### Data to process
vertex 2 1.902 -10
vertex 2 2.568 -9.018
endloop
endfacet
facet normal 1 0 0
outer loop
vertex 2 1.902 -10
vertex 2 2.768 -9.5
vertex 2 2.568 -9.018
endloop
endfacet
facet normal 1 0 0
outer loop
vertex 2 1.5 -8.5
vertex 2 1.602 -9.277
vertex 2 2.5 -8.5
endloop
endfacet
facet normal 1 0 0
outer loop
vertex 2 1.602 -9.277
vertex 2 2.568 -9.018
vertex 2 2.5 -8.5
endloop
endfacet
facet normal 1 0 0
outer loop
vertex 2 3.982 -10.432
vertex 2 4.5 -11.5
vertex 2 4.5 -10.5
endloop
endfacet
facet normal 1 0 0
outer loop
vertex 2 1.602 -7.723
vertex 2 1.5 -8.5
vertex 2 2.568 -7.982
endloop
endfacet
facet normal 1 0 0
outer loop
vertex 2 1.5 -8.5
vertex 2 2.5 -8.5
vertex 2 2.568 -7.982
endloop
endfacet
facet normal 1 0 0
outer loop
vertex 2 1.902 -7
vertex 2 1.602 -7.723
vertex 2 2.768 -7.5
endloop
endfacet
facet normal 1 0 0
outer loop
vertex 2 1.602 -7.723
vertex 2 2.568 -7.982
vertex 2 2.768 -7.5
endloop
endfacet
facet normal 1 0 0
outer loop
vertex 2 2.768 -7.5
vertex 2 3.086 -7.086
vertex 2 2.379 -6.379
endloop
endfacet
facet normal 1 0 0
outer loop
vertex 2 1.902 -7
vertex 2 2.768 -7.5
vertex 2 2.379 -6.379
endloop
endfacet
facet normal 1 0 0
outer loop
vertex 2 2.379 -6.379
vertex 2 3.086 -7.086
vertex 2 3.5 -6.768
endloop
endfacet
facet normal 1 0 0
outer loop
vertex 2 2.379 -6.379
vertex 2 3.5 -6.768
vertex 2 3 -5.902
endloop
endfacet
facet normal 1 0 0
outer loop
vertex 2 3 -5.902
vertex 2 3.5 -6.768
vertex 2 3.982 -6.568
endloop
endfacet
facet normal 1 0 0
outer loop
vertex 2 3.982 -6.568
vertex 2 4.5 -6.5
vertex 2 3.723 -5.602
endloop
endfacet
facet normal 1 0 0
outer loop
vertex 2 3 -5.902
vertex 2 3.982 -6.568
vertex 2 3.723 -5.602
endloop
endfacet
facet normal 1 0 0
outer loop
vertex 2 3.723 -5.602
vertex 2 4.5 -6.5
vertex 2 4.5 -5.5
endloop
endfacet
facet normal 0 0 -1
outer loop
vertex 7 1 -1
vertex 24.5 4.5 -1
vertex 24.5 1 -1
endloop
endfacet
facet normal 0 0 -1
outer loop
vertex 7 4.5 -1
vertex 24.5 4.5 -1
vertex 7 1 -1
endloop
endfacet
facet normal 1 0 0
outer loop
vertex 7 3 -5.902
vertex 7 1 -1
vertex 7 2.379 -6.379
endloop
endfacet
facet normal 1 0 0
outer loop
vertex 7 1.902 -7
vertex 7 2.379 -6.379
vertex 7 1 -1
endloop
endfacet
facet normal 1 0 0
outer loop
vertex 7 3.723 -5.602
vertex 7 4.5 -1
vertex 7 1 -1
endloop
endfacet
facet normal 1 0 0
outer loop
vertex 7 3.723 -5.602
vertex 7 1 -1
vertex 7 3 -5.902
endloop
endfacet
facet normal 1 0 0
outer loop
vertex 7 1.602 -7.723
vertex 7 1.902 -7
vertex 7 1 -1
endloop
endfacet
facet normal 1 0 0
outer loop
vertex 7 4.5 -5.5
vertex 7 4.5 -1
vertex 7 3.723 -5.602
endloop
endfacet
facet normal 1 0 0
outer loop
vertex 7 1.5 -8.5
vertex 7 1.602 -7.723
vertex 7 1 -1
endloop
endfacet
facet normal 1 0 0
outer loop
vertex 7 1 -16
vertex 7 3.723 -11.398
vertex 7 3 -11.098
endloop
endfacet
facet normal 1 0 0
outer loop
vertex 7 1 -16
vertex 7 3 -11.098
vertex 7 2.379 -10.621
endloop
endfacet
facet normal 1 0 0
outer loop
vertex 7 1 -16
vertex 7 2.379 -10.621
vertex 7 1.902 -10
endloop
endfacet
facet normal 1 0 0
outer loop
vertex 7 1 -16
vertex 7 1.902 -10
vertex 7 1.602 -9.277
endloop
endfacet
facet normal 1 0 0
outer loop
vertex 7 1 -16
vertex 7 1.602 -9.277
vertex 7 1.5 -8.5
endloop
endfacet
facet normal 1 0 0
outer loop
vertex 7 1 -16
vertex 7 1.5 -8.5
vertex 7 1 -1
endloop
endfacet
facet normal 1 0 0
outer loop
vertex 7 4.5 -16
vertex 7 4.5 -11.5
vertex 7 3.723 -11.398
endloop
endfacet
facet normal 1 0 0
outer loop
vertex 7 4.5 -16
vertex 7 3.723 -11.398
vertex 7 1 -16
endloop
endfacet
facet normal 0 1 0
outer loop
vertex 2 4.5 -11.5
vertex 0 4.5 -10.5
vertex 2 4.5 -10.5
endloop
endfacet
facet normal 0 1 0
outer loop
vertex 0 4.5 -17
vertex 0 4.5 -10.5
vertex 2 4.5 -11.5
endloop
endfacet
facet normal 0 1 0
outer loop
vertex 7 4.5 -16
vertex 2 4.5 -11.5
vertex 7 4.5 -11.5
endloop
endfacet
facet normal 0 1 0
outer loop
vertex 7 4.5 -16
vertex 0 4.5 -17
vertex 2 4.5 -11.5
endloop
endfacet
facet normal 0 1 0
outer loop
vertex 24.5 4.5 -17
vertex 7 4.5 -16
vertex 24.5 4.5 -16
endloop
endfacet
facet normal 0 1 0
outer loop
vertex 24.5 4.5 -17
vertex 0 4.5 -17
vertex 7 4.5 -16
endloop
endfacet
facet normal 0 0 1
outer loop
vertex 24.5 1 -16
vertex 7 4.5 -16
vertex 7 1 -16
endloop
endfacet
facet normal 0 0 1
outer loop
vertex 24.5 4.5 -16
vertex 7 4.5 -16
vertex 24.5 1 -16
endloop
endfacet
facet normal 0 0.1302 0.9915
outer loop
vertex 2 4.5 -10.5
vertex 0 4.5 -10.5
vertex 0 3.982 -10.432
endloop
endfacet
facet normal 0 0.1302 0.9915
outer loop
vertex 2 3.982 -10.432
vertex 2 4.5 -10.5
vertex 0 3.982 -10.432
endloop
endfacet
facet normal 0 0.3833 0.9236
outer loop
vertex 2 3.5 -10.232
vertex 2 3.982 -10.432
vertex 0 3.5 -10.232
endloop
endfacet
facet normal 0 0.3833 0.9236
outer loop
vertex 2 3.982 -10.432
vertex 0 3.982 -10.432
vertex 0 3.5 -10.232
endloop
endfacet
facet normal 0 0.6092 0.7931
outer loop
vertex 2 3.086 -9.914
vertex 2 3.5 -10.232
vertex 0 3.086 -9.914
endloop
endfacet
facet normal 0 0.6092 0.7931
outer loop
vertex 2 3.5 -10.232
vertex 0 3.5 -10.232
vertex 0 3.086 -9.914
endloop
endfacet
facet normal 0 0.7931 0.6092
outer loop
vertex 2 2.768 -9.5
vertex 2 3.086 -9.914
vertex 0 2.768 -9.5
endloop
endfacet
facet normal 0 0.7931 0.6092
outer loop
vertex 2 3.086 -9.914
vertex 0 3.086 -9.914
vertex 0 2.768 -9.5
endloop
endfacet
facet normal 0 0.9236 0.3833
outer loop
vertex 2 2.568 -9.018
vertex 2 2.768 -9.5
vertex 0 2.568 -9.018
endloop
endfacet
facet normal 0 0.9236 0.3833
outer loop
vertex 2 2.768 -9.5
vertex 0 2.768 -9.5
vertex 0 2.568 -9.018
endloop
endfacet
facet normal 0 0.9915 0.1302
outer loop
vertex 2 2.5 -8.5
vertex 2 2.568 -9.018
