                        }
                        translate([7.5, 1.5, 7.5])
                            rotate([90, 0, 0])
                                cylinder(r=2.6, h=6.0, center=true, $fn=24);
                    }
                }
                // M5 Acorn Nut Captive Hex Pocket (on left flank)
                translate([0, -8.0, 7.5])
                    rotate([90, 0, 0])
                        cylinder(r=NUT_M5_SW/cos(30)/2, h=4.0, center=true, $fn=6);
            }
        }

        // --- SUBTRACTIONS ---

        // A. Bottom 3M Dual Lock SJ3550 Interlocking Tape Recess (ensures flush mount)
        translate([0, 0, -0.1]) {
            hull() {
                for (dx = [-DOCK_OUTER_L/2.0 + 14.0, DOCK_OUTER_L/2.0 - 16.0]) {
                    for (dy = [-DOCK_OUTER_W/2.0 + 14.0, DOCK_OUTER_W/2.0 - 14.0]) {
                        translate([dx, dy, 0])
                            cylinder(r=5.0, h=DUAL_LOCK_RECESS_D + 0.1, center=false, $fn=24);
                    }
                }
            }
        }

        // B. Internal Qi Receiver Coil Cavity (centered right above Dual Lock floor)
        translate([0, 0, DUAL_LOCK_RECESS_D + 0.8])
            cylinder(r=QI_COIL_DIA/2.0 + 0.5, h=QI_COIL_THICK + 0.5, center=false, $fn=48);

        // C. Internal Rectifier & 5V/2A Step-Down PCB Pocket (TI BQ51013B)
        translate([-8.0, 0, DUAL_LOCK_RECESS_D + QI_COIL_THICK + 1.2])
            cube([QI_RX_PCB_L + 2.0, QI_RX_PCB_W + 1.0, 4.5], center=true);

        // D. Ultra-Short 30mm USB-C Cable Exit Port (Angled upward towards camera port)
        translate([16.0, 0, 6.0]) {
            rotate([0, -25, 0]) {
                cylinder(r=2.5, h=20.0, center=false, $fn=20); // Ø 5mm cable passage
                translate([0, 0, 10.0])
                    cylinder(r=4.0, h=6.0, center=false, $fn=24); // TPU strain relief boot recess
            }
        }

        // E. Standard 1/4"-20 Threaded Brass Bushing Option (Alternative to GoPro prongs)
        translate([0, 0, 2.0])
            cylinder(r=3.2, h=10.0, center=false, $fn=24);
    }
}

### Your objective
Look for the line with "rotate([0, -25, 0])" in the records above. Repeat it and each line after it exactly.

### Result
            rotate([0, -25, 0]) {
                cylinder(r=2.5, h=20.0, center=false, $fn=20); // Ø 5mm cable passage
                translate([0, 0, 10.0])
                    cylinder(r=4.0, h=6.0, center=false, $fn=24); // TPU strain relief boot recess
            }
        }

        // E. Standard 1/4"-20 Threaded Brass Bushing Option (Alternative to GoPro prongs)
        translate([0, 0, 2.0])
            cylinder(r=3.2, h=10.0, center=false, $fn=24);
    }
}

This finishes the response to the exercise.